§ PROBLEM TO WORK ON
Tally the lines below that hold the string "Locations", and report the tally by itself.
***** DATA FOR REVIEW *****
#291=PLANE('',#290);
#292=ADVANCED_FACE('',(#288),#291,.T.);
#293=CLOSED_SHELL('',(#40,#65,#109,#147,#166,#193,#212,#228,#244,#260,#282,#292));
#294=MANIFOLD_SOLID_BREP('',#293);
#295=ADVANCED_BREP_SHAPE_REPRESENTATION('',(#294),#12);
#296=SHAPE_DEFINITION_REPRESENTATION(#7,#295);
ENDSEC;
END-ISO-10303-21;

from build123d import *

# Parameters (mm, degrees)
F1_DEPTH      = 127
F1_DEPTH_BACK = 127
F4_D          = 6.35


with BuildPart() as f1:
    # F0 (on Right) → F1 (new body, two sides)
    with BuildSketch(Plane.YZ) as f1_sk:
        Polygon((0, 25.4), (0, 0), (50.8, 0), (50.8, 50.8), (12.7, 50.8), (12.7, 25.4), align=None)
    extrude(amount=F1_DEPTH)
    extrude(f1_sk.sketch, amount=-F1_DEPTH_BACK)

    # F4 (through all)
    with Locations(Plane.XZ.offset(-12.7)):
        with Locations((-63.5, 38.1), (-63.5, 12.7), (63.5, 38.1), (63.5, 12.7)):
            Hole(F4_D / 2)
*****
§ RESULT OF THE TASK
2